So I read on wikipedia that there are actually 12 different "cubie orbits" that account for these states. One of the 12 orbits is the one we all work with, which allows a fully solved cube; the other 11 will not yield a fully solved state. I got to wondering: Just how "wrong" will one of these orbits look when I try to solve the cube in the wrong orbit? Will I even be able to get it close?

I was cubing with a friend yesterday and we decided to try it. We both disassembled our cubes and reassembled them in a random configuration. Reassembling a cube, without having to look for the "right" pieces is SO much faster! Probably 30 to 40 seconds without really even trying.

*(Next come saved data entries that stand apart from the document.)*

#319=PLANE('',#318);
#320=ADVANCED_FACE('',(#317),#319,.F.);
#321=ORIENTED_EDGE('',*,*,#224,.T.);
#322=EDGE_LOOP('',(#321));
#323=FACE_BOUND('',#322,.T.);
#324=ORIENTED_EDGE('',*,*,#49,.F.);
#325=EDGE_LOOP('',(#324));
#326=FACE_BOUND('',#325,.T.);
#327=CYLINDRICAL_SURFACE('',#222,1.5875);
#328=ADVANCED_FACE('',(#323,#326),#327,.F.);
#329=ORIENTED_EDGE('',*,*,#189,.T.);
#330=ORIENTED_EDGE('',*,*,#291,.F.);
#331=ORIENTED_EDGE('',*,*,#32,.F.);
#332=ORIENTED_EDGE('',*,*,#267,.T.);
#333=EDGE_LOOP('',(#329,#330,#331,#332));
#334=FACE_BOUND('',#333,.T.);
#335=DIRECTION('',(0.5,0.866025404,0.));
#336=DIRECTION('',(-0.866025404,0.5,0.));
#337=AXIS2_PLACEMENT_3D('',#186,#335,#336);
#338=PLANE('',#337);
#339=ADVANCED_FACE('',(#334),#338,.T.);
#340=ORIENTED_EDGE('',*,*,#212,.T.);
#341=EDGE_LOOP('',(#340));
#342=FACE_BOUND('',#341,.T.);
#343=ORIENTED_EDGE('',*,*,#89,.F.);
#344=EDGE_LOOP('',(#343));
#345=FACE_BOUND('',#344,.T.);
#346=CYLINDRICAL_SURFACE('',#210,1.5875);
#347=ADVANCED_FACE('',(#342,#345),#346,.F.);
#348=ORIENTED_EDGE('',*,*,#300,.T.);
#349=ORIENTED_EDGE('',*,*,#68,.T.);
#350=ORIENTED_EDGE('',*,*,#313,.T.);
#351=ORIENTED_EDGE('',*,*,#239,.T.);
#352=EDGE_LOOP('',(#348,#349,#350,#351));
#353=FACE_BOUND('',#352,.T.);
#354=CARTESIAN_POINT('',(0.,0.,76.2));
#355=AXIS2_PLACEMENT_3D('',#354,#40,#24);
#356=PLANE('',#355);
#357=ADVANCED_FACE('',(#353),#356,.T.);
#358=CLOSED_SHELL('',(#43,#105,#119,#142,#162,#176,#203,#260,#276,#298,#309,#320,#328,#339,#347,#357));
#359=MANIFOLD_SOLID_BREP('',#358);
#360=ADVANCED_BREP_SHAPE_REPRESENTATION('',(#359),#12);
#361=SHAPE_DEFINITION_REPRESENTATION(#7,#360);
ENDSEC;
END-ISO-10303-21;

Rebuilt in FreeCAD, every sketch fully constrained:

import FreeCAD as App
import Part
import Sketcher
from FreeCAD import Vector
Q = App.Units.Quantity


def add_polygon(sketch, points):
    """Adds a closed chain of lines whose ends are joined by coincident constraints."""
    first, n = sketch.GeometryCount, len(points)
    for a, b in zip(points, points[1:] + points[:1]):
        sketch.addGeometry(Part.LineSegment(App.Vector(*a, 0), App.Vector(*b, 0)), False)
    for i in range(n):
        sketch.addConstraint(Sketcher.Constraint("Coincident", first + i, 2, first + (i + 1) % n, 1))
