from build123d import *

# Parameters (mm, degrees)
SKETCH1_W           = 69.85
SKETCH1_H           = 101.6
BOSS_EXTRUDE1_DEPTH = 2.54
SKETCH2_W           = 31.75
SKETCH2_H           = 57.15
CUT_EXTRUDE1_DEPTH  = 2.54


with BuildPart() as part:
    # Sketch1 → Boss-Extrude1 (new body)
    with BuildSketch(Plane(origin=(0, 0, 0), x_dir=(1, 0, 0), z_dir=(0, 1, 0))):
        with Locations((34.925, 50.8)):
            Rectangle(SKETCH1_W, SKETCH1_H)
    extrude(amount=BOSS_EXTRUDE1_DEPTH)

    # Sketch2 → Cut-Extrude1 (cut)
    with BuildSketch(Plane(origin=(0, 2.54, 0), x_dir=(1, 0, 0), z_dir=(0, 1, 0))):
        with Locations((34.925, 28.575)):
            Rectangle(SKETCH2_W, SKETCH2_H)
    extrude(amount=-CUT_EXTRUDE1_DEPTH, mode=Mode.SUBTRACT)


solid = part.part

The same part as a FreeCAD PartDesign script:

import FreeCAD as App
import Part
import Sketcher

V = App.Vector
Q = App.Units.Quantity


def add_polygon(sketch, points):
    """Adds a closed chain of lines whose ends are joined by coincident constraints."""
    first, n = sketch.GeometryCount, len(points)
    for a, b in zip(points, points[1:] + points[:1]):
        sketch.addGeometry(Part.LineSegment(App.Vector(*a, 0), App.Vector(*b, 0)), False)
    for i in range(n):
        sketch.addConstraint(Sketcher.Constraint("Coincident", first + i, 2, first + (i + 1) % n, 1))

doc = App.newDocument("Part")
body = doc.addObject("PartDesign::Body", "Body")

# Sketch on XZ plane
sketch1 = body.newObject("Sketcher::SketchObject", "Sketch")
sketch1.AttachmentSupport = (doc.getObject("XZ_Plane"), [""])
sketch1.MapMode = "FlatFace"
add_polygon(sketch1, [(0, -101.6), (0, 0), (69.85, 0), (69.85, -101.6)])  # lines 0-3
sketch1.addConstraint([
    Sketcher.Constraint("Vertical", 0),
    Sketcher.Constraint("Horizontal", 1),
    Sketcher.Constraint("Vertical", 2),
    Sketcher.Constraint("Horizontal", 3),
    Sketcher.Constraint("Coincident", 0, 2, -1, 1),
    Sketcher.Constraint("DistanceY", 0, 1, 0, 2, Q("4 in")),
    Sketcher.Constraint("DistanceX", 1, 1, 1, 2, Q("2.75 in")),
])
pad1 = body.newObject("PartDesign::Pad", "Pad")
pad1.Profile = sketch1
pad1.Length = Q("0.1 in")
pad1.Reversed = True

# Sketch on XZ plane
sketch2 = body.newObject("Sketcher::SketchObject", "Sketch001")
sketch2.AttachmentSupport = (doc.getObject("XZ_Plane"), [""])
sketch2.MapMode = "FlatFace"
sketch2.AttachmentOffset = App.Placement(V(0, 0, -0.1 * 25.4), App.Rotation())
add_polygon(sketch2, [(19.05, -57.15), (19.05, 0), (50.8, 0), (50.8, -57.15)])  # lines 0-3
sketch2.addConstraint([
    Sketcher.Constraint("Vertical", 0),
    Sketcher.Constraint("Horizontal", 1),
    Sketcher.Constraint("Vertical", 2),
    Sketcher.Constraint("Horizontal", 3),
    Sketcher.Constraint("PointOnObject", 0, 2, -1),
    Sketcher.Constraint("DistanceX", -1, 1, 1, 2, Q("2 in")),
    Sketcher.Constraint("DistanceX", 1, 1, 1, 2, Q("1.25 in")),
    Sketcher.Constraint("DistanceY", 0, 1, 0, 2, Q("2.25 in")),
])
pocket1 = body.newObject("PartDesign::Pocket", "Pocket")
pocket1.Profile = sketch2
pocket1.Length = Q("0.1 in")
pocket1.Reversed = True

doc.recompute()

We both finished assembly and solved. His came up fully solved with no pieces out of place. It was a one in 12 chance. Mine came up with (I think) one rotated corner and one flipped edge. Fixing that was very easy, as you can imagine.

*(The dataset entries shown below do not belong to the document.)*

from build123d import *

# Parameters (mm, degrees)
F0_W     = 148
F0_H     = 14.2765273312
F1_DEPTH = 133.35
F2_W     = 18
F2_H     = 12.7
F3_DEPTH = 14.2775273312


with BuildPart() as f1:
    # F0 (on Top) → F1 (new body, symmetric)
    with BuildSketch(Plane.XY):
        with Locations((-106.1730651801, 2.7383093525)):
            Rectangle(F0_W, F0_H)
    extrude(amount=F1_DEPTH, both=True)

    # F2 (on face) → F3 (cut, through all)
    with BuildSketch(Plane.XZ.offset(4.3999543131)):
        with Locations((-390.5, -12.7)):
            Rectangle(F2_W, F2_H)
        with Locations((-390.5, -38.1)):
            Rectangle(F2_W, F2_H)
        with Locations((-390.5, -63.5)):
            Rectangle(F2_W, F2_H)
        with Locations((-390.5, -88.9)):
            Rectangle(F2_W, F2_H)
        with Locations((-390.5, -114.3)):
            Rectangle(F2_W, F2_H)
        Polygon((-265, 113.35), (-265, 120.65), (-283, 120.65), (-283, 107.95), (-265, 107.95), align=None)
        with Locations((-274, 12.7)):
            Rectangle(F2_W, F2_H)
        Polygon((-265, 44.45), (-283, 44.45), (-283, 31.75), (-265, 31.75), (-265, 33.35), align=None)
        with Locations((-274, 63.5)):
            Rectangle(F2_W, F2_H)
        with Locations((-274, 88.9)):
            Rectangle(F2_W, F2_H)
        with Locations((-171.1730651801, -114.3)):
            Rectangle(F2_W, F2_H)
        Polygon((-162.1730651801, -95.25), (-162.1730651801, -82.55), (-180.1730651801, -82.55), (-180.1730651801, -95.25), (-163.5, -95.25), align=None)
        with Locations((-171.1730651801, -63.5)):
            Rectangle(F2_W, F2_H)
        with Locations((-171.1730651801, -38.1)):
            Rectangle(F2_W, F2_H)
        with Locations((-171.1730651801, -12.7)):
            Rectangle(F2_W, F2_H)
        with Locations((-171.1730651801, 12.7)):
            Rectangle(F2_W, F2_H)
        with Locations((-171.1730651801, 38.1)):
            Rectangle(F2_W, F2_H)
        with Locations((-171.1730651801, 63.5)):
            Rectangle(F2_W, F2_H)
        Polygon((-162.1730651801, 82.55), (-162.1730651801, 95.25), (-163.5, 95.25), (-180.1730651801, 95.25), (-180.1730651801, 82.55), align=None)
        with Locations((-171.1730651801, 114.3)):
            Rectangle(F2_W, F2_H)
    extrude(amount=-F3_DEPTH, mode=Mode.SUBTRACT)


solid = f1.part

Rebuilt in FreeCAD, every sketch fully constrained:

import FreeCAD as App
import Part
import Sketcher

V = App.Vector
Q = App.Units.Quantity


def add_polygon(sketch, points):
    """Adds a closed chain of lines whose ends are joined by coincident constraints."""
    first, n = sketch.GeometryCount, len(points)
    for a, b in zip(points, points[1:] + points[:1]):
        sketch.addGeometry(Part.LineSegment(App.Vector(*a, 0), App.Vector(*b, 0)), False)
    for i in range(n):
        sketch.addConstraint(Sketcher.Constraint("Coincident", first + i, 2, first + (i + 1) % n, 1))

doc = App.newDocument("Part")
body = doc.addObject("PartDesign::Body", "Body")

# Sketch on XY plane
sketch1 = body.newObject("Sketcher::SketchObject", "Sketch")
sketch1.AttachmentSupport = (doc.getObject("XY_Plane"), [""])
sketch1.MapMode = "FlatFace"
add_polygon(sketch1, [(-180, 10), (-180, -4), (-32, -4), (-32, 10)])  # lines 0-3
sketch1.addConstraint([
    Sketcher.Constraint("Vertical", 0),
    Sketcher.Constraint("Horizontal", 1),
    Sketcher.Constraint("Vertical", 2),
    Sketcher.Constraint("Horizontal", 3),
    Sketcher.Constraint("DistanceX", 1, 1, 1, 2, Q("148 mm")),
    Sketcher.Constraint("DistanceY", 0, 2, 0, 1, Q("14.276527 mm")),
    Sketcher.Constraint("DistanceX", 0, 2, -1, 1, Q("180.173065 mm")),
    Sketcher.Constraint("DistanceY", 0, 2, -1, 1, Q("4.399954 mm")),
])
pad1 = body.newObject("PartDesign::Pad", "Pad")
pad1.Profile = sketch1
pad1.Length = 266.7
pad1.Midplane = True

# Sketch on XZ plane
sketch2 = body.newObject("Sketcher::SketchObject", "Sketch001")
sketch2.AttachmentSupport = (doc.getObject("XZ_Plane"), [""])
sketch2.MapMode = "FlatFace"
sketch2.AttachmentOffset = App.Placement(V(0, 0, 4.399954), App.Rotation())
add_polygon(sketch2, [(-400, -6), (-400, -19), (-382, -19), (-382, -6)])  # lines 0-3
add_polygon(sketch2, [(-400, -32), (-400, -44), (-382, -44), (-382, -32)])  # lines 4-7
add_polygon(sketch2, [(-400, -57), (-400, -70), (-382, -70), (-382, -57)])  # lines 8-11
add_polygon(sketch2, [(-400, -83), (-400, -95), (-382, -95), (-382, -83)])  # lines 12-15
add_polygon(sketch2, [(-400, -108), (-400, -121), (-382, -121), (-382, -108)])  # lines 16-19
add_polygon(sketch2, [(-265, 121), (-283, 121), (-283, 108), (-265, 108)])  # lines 20-23
add_polygon(sketch2, [(-283, 19), (-283, 6), (-265, 6), (-265, 19)])  # lines 24-27
add_polygon(sketch2, [(-265, 44), (-283, 44), (-283, 32), (-265, 32)])  # lines 28-31
add_polygon(sketch2, [(-283, 70), (-283, 57), (-265, 57), (-265, 70)])  # lines 32-35
add_polygon(sketch2, [(-283, 95), (-283, 83), (-265, 83), (-265, 95)])  # lines 36-39
add_polygon(sketch2, [(-180, -108), (-180, -121), (-162, -121), (-162, -108)])  # lines 40-43
add_polygon(sketch2, [(-162, -95), (-162, -83), (-180, -83), (-180, -95)])  # lines 44-47
add_polygon(sketch2, [(-180, -57), (-180, -70), (-162, -70), (-162, -57)])  # lines 48-51
add_polygon(sketch2, [(-180, -32), (-180, -44), (-162, -44), (-162, -32)])  # lines 52-55
add_polygon(sketch2, [(-180, -6), (-180, -19), (-162, -19), (-162, -6)])  # lines 56-59
add_polygon(sketch2, [(-180, 19), (-180, 6), (-162, 6), (-162, 19)])  # lines 60-63
add_polygon(sketch2, [(-180, 44), (-180, 32), (-162, 32), (-162, 44)])  # lines 64-67
add_polygon(sketch2, [(-180, 70), (-180, 57), (-162, 57), (-162, 70)])  # lines 68-71
add_polygon(sketch2, [(-162, 83), (-162, 95), (-180, 95), (-180, 83)])  # lines 72-75
add_polygon(sketch2, [(-180, 121), (-180, 108), (-162, 108), (-162, 121)])  # lines 76-79
sketch2.addConstraint([
    Sketcher.Constraint("Vertical", 0),
    Sketcher.Constraint("Horizontal", 1),
    Sketcher.Constraint("Vertical", 2),
    Sketcher.Constraint("Horizontal", 3),
    Sketcher.Constraint("Vertical", 4),
    Sketcher.Constraint("Horizontal", 5),
    Sketcher.Constraint("Vertical", 6),
    Sketcher.Constraint("Horizontal", 7),
    Sketcher.Constraint("Vertical", 8),
    Sketcher.Constraint("Horizontal", 9),
    Sketcher.Constraint("Vertical", 10),
    Sketcher.Constraint("Horizontal", 11),
    Sketcher.Constraint("Vertical", 12),
    Sketcher.Constraint("Horizontal", 13),
    Sketcher.Constraint("Vertical", 14),
    Sketcher.Constraint("Horizontal", 15),
    Sketcher.Constraint("Vertical", 16),
    Sketcher.Constraint("Horizontal", 17),
    Sketcher.Constraint("Vertical", 18),
    Sketcher.Constraint("Horizontal", 19),
    Sketcher.Constraint("Horizontal", 20),
    Sketcher.Constraint("Vertical", 21),
    Sketcher.Constraint("Horizontal", 22),
    Sketcher.Constraint("Vertical", 23),
    Sketcher.Constraint("Vertical", 24),
    Sketcher.Constraint("Horizontal", 25),
    Sketcher.Constraint("Vertical", 26),
    Sketcher.Constraint("Horizontal", 27),
    Sketcher.Constraint("Horizontal", 28),
    Sketcher.Constraint("Vertical", 29),
    Sketcher.Constraint("Horizontal", 30),
    Sketcher.Constraint("Vertical", 31),
    Sketcher.Constraint("Vertical", 32),
    Sketcher.Constraint("Horizontal", 33),
    Sketcher.Constraint("Vertical", 34),
    Sketcher.Constraint("Horizontal", 35),
    Sketcher.Constraint("Vertical", 36),
    Sketcher.Constraint("Horizontal", 37),
    Sketcher.Constraint("Vertical", 38),
    Sketcher.Constraint("Horizontal", 39),
    Sketcher.Constraint("Vertical", 40),
    Sketcher.Constraint("Horizontal", 41),
    Sketcher.Constraint("Vertical", 42),
    Sketcher.Constraint("Horizontal", 43),
    Sketcher.Constraint("Vertical", 44),
    Sketcher.Constraint("Horizontal", 45),
    Sketcher.Constraint("Vertical", 46),
    Sketcher.Constraint("Horizontal", 47),
    Sketcher.Constraint("Vertical", 48),
    Sketcher.Constraint("Horizontal", 49),
    Sketcher.Constraint("Vertical", 50),
    Sketcher.Constraint("Horizontal", 51),
    Sketcher.Constraint("Vertical", 52),
    Sketcher.Constraint("Horizontal", 53),
    Sketcher.Constraint("Vertical", 54),
    Sketcher.Constraint("Horizontal", 55),
    Sketcher.Constraint("Vertical", 56),
    Sketcher.Constraint("Horizontal", 57),
    Sketcher.Constraint("Vertical", 58),
    Sketcher.Constraint("Horizontal", 59),
    Sketcher.Constraint("Vertical", 60),
    Sketcher.Constraint("Horizontal", 61),
    Sketcher.Constraint("Vertical", 62),
    Sketcher.Constraint("Horizontal", 63),
    Sketcher.Constraint("Vertical", 64),
    Sketcher.Constraint("Horizontal", 65),
    Sketcher.Constraint("Vertical", 66),
    Sketcher.Constraint("Horizontal", 67),
    Sketcher.Constraint("Vertical", 68),
    Sketcher.Constraint("Horizontal", 69),
    Sketcher.Constraint("Vertical", 70),
    Sketcher.Constraint("Horizontal", 71),
    Sketcher.Constraint("Vertical", 72),
    Sketcher.Constraint("Horizontal", 73),
    Sketcher.Constraint("Vertical", 74),
    Sketcher.Constraint("Horizontal", 75),
    Sketcher.Constraint("Vertical", 76),
    Sketcher.Constraint("Horizontal", 77),
    Sketcher.Constraint("Vertical", 78),
    Sketcher.Constraint("Horizontal", 79),
    Sketcher.Constraint("Symmetric", 59, 2, 60, 2, -1),
    Sketcher.Constraint("Symmetric", 57, 2, 62, 2, -1),
    Sketcher.Constraint("Symmetric", 55, 2, 64, 2, -1),
    Sketcher.Constraint("Symmetric", 53, 2, 66, 2, -1),
    Sketcher.Constraint("Symmetric", 51, 2, 68, 2, -1),
    Sketcher.Constraint("Symmetric", 49, 2, 70, 2, -1),
    Sketcher.Constraint("Symmetric", 47, 2, 72, 2, -1),
    Sketcher.Constraint("Symmetric", 45, 2, 74, 2, -1),
    Sketcher.Constraint("Symmetric", 43, 2, 76, 2, -1),
    Sketcher.Constraint("Symmetric", 41, 2, 78, 2, -1),
    Sketcher.Constraint("Horizontal", 17, 2, 40, 2),
    Sketcher.Constraint("Horizontal", 19, 2, 42, 2),
    Sketcher.Constraint("Horizontal", 15, 2, 44, 2),
    Sketcher.Constraint("Horizontal", 13, 2, 46, 2),
    Sketcher.Constraint("Horizontal", 9, 2, 48, 2),
    Sketcher.Constraint("Horizontal", 11, 2, 50, 2),
    Sketcher.Constraint("Horizontal", 5, 2, 52, 2),
    Sketcher.Constraint("Horizontal", 7, 2, 54, 2),
    Sketcher.Constraint("Horizontal", 1, 2, 56, 2),
    Sketcher.Constraint("Horizontal", 3, 2, 58, 2),
    Sketcher.Constraint("Horizontal", 25, 2, 60, 2),
    Sketcher.Constraint("Horizontal", 27, 2, 62, 2),
    Sketcher.Constraint("Horizontal", 30, 2, 64, 2),
    Sketcher.Constraint("Horizontal", 31, 2, 66, 2),
    Sketcher.Constraint("Horizontal", 33, 2, 68, 2),
    Sketcher.Constraint("Horizontal", 35, 2, 70, 2),
    Sketcher.Constraint("Horizontal", 39, 2, 72, 2),
    Sketcher.Constraint("Horizontal", 37, 2, 74, 2),
    Sketcher.Constraint("Horizontal", 22, 2, 76, 2),
    Sketcher.Constraint("Horizontal", 23, 2, 78, 2),
    Sketcher.Constraint("Vertical", 3, 2, 4, 2),
    Sketcher.Constraint("Vertical", 2, 2, 5, 2),
    Sketcher.Constraint("Vertical", 7, 2, 8, 2),
    Sketcher.Constraint("Vertical", 6, 2, 9, 2),
    Sketcher.Constraint("Vertical", 11, 2, 12, 2),
    Sketcher.Constraint("Vertical", 10, 2, 13, 2),
    Sketcher.Constraint("Vertical", 15, 2, 16, 2),
    Sketcher.Constraint("Vertical", 14, 2, 17, 2),
    Sketcher.Constraint("Vertical", 21, 2, 24, 2),
    Sketcher.Constraint("Vertical", 23, 2, 25, 2),
    Sketcher.Constraint("Vertical", 27, 2, 28, 2),
    Sketcher.Constraint("Vertical", 26, 2, 30, 2),
    Sketcher.Constraint("Vertical", 29, 2, 32, 2),
    Sketcher.Constraint("Vertical", 31, 2, 33, 2),
    Sketcher.Constraint("Vertical", 35, 2, 36, 2),
    Sketcher.Constraint("Vertical", 34, 2, 37, 2),
    Sketcher.Constraint("Vertical", 42, 2, 44, 2),
    Sketcher.Constraint("Vertical", 43, 2, 45, 2),
    Sketcher.Constraint("Vertical", 46, 2, 48, 2),
    Sketcher.Constraint("Vertical", 47, 2, 49, 2),
    Sketcher.Constraint("Vertical", 51, 2, 52, 2),
    Sketcher.Constraint("Vertical", 50, 2, 53, 2),
    Sketcher.Constraint("Vertical", 55, 2, 56, 2),
    Sketcher.Constraint("Vertical", 54, 2, 57, 2),
    Sketcher.Constraint("Equal", 19, 20),
    Sketcher.Constraint("Equal", 39, 41),
    Sketcher.Constraint("Equal", 2, 4),
    Sketcher.Constraint("Equal", 6, 8),
    Sketcher.Constraint("Equal", 10, 12),
    Sketcher.Constraint("Equal", 14, 16),
    Sketcher.Constraint("DistanceX", 1, 1, 1, 2, Q("18 mm")),
    Sketcher.Constraint("DistanceY", 0, 2, 0, 1, Q("12.7 mm")),
    Sketcher.Constraint("DistanceX", 20, 2, -1, 1, Q("283 mm")),
    Sketcher.Constraint("DistanceX", 0, 2, -1, 1, Q("399.5 mm")),
    Sketcher.Constraint("DistanceY", 0, 2, -1, 1, Q("19.05 mm")),
    Sketcher.Constraint("DistanceY", 4, 2, -1, 1, Q("44.45 mm")),
    Sketcher.Constraint("DistanceY", 8, 2, -1, 1, Q("69.85 mm")),
    Sketcher.Constraint("DistanceY", 12, 2, -1, 1, Q("95.25 mm")),
    Sketcher.Constraint("DistanceY", 16, 2, -1, 1, Q("120.65 mm")),
    Sketcher.Constraint("DistanceX", 40, 2, -1, 1, Q("180.173065 mm")),
])
pocket1 = body.newObject("PartDesign::Pocket", "Pocket")
pocket1.Profile = sketch2
pocket1.Type = "ThroughAll"

doc.recompute()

We repeated the experiment a few times and always ended up with just a few things out of place. In thinking about it, I believe the worst case scenario is three things: One rotated corner, one flipped edge, and two swapped edges.

All in all, I find this process of reassembly far more satisfying. Instead of hunting down cubies, I just put it back together fast and then I get to do a solve. :)

I will never reassemble my cube "as solved" ever again.

Brian.
 
In thinking about it, I believe the worst case scenario is three things: One rotated corner, one flipped edge, and two swapped edges.

I'd add 2 corners swapped, as is the same as 2 edges swapped...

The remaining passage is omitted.